D. Cohen, Kevin Du, B. Mitra, Laura Mercurio, Navid Rekabsaz, Carsten Eickhoff,
"Inconsistent Ranking Assumptions in Medical Search and Their Downstream Consequences"
: Proceedings of the 45th International ACM SIGIR Conference on Research and Development in Information Retrieval (SIGIR 2022), 7-2022
Original Titel:
Inconsistent Ranking Assumptions in Medical Search and Their Downstream Consequences
Sprache des Titels:
Englisch
Original Buchtitel:
Proceedings of the 45th International ACM SIGIR Conference on Research and Development in Information Retrieval (SIGIR 2022)
Original Kurzfassung:
Given a query, neural retrieval models predict point estimates of
relevance for each document; however, a significant drawback of
relying solely on point estimates is that they contain no indication
of the model?s confidence in its predictions. Despite this lack of
information, downstream methods such as reranking, cutoff prediction,
and none-of-the-above classification are still able to learn
effective functions to accomplish their respective tasks. Unfortunately,
these downstream methods can suffer poor performance
when the initial ranking model loses confidence in its score predictions.
This becomes increasingly important in high-stakes settings,
such as medical searches that can influence health decision making.

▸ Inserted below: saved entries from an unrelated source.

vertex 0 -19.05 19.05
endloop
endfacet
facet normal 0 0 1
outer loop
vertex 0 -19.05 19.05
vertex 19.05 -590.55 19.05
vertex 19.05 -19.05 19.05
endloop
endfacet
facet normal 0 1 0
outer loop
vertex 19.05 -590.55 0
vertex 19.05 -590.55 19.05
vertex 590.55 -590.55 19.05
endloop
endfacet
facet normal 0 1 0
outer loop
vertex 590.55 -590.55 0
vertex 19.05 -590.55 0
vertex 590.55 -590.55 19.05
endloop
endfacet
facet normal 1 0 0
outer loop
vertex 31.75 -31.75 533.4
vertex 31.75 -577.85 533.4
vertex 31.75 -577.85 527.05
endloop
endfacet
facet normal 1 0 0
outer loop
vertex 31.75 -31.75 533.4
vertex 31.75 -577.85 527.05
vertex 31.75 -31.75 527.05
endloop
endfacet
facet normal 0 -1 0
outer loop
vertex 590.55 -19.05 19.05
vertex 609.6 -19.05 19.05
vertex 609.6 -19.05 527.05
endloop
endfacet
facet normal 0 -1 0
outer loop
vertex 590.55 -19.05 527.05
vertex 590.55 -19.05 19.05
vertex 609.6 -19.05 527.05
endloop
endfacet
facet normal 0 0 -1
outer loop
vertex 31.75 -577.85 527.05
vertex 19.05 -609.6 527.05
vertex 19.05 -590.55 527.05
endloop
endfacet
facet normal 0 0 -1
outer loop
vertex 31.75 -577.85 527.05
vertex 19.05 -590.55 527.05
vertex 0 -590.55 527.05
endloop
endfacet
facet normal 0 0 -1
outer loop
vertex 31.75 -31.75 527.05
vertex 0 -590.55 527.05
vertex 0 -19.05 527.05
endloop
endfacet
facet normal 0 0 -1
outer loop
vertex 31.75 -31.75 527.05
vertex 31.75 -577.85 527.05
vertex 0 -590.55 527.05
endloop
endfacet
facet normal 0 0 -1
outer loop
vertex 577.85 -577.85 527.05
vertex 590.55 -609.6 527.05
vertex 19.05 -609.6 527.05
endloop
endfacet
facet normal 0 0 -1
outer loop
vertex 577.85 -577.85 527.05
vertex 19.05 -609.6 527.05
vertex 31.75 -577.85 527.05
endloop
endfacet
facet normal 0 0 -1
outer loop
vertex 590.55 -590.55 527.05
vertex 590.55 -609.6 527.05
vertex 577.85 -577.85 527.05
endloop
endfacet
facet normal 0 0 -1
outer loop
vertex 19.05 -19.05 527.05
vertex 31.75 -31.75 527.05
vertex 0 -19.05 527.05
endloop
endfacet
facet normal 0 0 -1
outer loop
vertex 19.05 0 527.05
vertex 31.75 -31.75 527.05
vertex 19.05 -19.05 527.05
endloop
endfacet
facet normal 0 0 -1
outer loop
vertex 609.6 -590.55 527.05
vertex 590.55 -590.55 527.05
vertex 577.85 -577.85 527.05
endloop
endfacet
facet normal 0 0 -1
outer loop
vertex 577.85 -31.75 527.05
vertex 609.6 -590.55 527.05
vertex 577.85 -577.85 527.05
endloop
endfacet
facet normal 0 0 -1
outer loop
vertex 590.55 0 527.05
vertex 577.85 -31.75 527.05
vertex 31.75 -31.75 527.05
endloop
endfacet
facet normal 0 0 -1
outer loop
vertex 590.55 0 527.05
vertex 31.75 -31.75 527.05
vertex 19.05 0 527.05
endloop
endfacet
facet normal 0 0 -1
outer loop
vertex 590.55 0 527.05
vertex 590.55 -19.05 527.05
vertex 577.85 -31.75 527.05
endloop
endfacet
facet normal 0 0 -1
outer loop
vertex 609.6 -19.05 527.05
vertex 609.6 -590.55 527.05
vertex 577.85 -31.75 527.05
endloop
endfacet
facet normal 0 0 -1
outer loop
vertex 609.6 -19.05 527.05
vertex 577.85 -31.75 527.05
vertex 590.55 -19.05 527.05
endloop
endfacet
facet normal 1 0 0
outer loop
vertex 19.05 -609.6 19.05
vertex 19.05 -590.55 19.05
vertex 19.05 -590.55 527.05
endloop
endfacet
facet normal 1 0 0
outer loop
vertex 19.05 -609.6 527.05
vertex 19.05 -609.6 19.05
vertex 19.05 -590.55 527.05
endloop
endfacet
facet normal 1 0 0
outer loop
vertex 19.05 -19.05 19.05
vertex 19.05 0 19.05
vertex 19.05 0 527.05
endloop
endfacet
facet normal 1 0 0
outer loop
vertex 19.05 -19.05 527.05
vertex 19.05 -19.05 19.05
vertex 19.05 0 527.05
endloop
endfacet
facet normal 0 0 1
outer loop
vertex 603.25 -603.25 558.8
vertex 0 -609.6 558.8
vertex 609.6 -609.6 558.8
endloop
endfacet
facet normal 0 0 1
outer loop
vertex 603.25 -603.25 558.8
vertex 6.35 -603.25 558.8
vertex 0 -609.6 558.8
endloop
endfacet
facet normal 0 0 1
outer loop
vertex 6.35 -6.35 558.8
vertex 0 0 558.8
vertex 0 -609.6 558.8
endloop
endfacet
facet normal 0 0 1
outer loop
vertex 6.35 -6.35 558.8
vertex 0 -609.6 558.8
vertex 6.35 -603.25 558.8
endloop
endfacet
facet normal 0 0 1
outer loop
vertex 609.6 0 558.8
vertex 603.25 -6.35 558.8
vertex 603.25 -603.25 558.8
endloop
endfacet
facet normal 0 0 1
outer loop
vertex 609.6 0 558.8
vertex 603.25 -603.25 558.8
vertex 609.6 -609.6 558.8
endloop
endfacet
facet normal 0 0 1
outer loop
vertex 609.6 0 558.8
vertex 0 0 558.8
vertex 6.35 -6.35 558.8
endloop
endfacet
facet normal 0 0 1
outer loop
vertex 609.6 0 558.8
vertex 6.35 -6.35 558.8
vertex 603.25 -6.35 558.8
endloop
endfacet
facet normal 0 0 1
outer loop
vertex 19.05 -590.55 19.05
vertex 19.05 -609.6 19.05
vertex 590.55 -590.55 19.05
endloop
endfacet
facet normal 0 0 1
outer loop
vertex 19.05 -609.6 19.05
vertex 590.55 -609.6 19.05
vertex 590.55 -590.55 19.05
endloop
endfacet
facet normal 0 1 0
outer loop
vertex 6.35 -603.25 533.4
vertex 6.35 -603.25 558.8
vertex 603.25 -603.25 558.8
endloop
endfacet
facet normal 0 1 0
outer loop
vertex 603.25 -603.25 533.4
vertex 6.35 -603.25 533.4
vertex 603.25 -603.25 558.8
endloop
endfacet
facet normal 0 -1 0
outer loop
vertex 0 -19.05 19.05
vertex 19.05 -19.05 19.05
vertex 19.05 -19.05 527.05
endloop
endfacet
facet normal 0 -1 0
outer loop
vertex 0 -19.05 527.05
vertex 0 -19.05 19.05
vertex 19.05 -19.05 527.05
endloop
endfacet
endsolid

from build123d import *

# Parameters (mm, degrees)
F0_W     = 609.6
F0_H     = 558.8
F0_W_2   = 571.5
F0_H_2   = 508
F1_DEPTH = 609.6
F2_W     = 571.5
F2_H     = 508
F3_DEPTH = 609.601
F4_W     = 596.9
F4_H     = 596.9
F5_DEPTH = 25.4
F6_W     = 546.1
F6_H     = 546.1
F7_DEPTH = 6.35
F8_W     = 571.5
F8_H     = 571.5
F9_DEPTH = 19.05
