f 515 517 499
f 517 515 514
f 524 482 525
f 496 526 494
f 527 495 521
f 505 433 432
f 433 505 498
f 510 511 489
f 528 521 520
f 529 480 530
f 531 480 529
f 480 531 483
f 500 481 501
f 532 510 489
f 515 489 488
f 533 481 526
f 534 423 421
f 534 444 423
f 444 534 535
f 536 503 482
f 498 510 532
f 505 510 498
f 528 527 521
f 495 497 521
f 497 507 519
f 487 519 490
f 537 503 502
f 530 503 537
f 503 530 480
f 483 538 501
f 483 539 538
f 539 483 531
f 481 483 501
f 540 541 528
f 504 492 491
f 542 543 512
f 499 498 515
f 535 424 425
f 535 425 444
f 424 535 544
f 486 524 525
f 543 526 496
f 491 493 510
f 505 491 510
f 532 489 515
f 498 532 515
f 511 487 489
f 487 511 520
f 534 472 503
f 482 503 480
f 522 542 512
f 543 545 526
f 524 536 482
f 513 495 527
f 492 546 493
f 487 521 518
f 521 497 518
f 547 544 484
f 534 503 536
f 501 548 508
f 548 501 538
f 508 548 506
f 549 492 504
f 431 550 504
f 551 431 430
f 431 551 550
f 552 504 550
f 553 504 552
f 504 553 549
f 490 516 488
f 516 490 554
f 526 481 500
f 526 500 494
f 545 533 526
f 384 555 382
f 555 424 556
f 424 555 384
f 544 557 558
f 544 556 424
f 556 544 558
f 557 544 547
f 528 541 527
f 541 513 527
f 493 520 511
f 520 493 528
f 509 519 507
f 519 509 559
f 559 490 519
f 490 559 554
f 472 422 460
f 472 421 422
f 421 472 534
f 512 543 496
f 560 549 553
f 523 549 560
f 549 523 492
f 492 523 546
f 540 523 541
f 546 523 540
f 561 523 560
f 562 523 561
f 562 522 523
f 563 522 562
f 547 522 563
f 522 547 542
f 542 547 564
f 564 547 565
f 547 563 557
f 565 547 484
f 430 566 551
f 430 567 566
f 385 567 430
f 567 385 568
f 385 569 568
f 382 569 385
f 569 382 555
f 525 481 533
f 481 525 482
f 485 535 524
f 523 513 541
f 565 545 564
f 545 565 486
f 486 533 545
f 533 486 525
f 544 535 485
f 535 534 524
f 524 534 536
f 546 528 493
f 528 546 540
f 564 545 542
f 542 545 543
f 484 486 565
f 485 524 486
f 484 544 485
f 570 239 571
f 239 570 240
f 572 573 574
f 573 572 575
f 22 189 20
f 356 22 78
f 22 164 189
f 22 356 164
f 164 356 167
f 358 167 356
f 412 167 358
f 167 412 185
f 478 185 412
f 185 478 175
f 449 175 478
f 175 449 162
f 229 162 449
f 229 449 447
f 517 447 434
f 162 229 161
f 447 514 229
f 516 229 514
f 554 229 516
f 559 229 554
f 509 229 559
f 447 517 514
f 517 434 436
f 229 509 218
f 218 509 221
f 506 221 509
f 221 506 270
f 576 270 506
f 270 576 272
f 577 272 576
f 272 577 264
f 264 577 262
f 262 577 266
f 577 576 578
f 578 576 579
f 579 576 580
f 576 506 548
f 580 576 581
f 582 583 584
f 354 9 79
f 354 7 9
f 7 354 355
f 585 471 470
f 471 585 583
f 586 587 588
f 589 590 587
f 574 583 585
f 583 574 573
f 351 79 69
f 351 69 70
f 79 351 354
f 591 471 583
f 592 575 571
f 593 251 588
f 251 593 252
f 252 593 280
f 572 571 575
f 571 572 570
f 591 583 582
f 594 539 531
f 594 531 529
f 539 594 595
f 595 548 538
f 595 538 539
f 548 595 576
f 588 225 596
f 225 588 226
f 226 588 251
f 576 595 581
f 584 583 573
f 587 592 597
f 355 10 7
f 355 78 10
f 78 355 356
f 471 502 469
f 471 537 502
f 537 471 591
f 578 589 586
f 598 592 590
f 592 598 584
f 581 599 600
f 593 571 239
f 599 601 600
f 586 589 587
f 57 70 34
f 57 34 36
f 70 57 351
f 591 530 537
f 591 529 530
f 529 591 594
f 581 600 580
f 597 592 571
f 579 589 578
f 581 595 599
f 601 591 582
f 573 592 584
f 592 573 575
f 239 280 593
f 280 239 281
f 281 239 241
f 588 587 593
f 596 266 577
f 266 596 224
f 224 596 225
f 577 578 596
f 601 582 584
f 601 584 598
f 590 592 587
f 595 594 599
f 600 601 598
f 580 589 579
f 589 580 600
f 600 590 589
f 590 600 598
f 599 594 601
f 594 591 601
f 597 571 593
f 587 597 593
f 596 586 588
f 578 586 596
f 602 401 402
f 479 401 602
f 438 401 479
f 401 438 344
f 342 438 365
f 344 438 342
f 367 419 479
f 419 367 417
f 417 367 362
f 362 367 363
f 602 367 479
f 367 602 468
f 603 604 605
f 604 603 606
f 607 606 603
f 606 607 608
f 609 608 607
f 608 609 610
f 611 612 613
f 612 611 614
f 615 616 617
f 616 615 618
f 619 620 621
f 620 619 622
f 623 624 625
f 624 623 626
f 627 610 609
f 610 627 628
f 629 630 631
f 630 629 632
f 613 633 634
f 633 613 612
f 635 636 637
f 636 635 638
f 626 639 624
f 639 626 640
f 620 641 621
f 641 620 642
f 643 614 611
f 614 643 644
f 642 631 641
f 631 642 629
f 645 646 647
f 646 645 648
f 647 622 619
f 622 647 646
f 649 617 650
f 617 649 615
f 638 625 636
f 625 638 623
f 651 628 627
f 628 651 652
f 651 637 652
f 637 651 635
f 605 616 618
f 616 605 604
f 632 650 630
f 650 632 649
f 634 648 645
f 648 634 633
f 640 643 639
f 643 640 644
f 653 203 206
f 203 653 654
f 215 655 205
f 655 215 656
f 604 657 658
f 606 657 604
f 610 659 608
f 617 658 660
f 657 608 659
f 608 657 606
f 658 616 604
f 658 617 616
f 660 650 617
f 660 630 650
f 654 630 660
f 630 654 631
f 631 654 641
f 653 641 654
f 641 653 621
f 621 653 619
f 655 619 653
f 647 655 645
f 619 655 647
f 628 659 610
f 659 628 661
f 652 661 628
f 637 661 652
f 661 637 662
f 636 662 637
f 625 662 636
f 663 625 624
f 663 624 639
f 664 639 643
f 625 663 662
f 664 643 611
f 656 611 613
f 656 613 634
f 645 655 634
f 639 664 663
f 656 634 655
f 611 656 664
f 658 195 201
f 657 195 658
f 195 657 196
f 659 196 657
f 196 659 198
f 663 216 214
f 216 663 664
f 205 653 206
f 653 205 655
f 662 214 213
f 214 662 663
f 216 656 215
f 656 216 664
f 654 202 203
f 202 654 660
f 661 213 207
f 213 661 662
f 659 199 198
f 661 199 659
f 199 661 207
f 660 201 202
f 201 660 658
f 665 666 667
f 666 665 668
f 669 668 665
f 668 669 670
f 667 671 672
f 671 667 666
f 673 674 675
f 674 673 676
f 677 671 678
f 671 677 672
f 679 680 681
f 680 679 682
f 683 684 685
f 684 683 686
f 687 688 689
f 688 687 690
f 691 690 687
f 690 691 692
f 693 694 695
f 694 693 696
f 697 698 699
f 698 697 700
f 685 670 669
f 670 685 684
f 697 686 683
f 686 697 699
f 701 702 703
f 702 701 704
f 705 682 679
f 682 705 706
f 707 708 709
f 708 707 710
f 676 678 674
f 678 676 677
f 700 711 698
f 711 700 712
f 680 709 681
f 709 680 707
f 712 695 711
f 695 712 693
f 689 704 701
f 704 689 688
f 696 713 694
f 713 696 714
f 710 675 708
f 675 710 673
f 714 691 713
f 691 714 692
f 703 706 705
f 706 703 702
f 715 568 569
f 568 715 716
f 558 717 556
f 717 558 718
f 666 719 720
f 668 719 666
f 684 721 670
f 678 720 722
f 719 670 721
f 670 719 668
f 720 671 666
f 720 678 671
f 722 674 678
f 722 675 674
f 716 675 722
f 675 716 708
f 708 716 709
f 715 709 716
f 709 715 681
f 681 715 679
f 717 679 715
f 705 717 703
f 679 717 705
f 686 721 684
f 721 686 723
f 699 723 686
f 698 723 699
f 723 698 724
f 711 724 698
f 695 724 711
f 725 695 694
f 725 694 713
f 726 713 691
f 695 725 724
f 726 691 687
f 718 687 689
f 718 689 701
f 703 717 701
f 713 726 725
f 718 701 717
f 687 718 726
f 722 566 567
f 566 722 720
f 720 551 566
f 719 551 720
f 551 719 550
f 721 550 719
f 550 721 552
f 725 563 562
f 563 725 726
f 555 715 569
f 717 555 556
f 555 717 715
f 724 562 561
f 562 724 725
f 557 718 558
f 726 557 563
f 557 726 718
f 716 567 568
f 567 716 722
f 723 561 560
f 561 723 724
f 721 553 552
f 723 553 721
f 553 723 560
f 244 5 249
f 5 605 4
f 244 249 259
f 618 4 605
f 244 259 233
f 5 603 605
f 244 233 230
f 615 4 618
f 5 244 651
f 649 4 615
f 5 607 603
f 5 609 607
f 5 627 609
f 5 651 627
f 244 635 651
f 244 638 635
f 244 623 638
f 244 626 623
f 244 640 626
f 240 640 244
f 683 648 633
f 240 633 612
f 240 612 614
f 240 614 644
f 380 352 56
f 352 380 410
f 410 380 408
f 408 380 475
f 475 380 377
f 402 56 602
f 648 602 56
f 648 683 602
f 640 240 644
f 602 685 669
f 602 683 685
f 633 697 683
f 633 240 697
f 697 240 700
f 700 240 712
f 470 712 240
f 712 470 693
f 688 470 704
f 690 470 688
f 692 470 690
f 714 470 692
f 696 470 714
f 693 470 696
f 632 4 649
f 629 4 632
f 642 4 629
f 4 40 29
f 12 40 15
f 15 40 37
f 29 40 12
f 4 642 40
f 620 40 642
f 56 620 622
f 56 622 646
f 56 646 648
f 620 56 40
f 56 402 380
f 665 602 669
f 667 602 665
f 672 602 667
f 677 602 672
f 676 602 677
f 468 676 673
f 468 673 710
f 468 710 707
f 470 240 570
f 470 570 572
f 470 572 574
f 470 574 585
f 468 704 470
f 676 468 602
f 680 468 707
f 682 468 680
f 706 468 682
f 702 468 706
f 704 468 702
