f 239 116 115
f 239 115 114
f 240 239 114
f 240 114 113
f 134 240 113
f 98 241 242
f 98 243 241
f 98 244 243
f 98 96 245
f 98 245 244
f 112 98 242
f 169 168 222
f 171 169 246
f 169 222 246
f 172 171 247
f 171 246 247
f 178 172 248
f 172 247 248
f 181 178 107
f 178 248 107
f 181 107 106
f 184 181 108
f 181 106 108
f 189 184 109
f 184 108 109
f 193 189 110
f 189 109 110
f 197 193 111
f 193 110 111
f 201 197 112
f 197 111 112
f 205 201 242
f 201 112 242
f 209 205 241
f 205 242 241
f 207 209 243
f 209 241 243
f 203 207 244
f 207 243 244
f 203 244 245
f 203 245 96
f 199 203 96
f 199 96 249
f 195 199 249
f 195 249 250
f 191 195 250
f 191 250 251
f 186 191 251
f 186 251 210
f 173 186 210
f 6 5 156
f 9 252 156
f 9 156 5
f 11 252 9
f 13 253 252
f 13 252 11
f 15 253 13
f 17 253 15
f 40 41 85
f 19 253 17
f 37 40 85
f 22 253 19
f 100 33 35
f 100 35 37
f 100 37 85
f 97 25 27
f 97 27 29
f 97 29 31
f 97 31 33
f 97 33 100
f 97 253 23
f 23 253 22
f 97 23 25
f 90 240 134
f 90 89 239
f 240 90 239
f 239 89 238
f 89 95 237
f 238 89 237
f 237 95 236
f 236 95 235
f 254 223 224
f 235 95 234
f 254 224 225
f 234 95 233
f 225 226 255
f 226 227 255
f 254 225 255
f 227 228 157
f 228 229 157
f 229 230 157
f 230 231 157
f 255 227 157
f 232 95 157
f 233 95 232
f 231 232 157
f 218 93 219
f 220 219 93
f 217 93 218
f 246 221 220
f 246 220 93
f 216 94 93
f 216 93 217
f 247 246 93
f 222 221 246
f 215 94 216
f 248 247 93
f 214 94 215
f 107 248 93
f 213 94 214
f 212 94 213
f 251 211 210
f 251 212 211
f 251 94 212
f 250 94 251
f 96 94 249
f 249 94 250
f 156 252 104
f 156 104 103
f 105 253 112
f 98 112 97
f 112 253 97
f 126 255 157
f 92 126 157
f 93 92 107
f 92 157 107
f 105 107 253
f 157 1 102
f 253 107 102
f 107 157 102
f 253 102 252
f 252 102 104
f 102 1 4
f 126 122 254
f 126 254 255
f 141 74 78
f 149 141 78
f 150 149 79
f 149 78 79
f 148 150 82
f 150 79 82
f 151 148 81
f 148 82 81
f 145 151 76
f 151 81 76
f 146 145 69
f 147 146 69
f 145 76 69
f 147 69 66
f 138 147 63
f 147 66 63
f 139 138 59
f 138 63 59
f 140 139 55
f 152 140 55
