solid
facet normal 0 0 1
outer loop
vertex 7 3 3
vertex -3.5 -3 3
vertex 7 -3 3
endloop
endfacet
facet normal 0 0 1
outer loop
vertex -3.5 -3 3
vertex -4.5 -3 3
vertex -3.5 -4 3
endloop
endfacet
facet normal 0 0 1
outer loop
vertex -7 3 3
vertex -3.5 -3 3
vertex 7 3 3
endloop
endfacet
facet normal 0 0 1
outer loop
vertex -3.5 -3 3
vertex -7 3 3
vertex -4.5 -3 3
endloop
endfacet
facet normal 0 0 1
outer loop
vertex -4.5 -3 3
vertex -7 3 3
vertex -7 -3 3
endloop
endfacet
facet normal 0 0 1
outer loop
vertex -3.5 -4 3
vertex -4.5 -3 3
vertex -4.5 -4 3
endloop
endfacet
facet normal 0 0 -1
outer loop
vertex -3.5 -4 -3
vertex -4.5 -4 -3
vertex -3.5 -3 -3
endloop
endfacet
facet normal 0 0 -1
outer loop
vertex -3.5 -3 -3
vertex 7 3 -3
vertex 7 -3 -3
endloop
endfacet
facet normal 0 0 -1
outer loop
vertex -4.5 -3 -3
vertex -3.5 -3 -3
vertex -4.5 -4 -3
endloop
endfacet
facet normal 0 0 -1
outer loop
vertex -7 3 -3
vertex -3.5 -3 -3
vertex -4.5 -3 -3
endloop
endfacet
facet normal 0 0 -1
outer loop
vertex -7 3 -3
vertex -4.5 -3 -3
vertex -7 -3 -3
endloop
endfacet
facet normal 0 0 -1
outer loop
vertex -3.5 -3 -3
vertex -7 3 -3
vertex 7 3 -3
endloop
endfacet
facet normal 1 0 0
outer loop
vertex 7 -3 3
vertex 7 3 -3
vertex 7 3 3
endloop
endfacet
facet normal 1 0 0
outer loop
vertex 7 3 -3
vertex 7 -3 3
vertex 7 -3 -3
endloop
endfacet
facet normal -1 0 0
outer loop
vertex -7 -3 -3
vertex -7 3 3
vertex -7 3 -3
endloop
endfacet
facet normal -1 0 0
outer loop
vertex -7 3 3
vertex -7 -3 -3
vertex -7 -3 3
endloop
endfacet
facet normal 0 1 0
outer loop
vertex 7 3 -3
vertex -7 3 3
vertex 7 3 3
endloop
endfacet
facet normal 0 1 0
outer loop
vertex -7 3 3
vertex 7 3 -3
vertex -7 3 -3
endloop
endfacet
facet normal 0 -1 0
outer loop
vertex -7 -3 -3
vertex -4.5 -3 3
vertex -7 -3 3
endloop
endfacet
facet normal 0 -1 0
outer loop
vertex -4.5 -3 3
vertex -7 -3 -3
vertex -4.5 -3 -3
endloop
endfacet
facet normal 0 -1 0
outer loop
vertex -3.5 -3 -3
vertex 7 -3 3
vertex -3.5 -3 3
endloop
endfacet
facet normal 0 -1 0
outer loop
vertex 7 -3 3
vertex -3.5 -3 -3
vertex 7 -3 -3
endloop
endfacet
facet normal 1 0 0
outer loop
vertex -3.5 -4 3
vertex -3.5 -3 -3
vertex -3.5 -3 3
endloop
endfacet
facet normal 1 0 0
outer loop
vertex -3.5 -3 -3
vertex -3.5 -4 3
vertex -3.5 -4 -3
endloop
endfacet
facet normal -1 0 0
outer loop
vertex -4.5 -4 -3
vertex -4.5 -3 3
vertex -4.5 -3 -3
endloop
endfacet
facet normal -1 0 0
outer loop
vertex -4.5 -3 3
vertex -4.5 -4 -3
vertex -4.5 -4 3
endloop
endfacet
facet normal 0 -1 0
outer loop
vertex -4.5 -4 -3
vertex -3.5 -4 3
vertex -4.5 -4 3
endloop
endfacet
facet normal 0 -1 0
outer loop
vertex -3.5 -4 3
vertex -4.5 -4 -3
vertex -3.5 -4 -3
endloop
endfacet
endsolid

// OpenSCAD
union() {
  // endstop_body
  // volume
  cube(size=[14.0, 6.0, 6.0], center=true);
  // switch
  translate(v=[-4.0, -3.5, 0.0])
  // volume
  cube(size=[1.0, 1.0, 6.0], center=true);
  // lever
  rotate(a=[0, 0, 255])
  {
    // volume
    cube(size=[0.5, 13.5, 6.0], center=true);
    difference() {
      cylinder(h=6, d=4, $fn=31, center=true);
      cylinder(h=6.04, d=3, $fn=23, center=true);
      translate(v=[4.5, 0, 0])
      cube(size=[10, 10, 20], center=true);
    }
  }
}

Recent work has resolved this lack of information by introducing
Bayesian uncertainty to capture the possible distribution of a
document score. This paper presents the use of this uncertainty
information as an indicator of how well downstream methods will
function over a ranklist. We highlight a significant bias against
certain disease-related queries within the posterior distribution of
a neural model, and show that this bias in a model?s predictive distribution
propagates to downstream methods. Finally, we introduce
a multi-distribution uncertainty metric, confidence decay, as a valid
way of partially identifying these failure cases in an offline setting
without the need of any user feedback.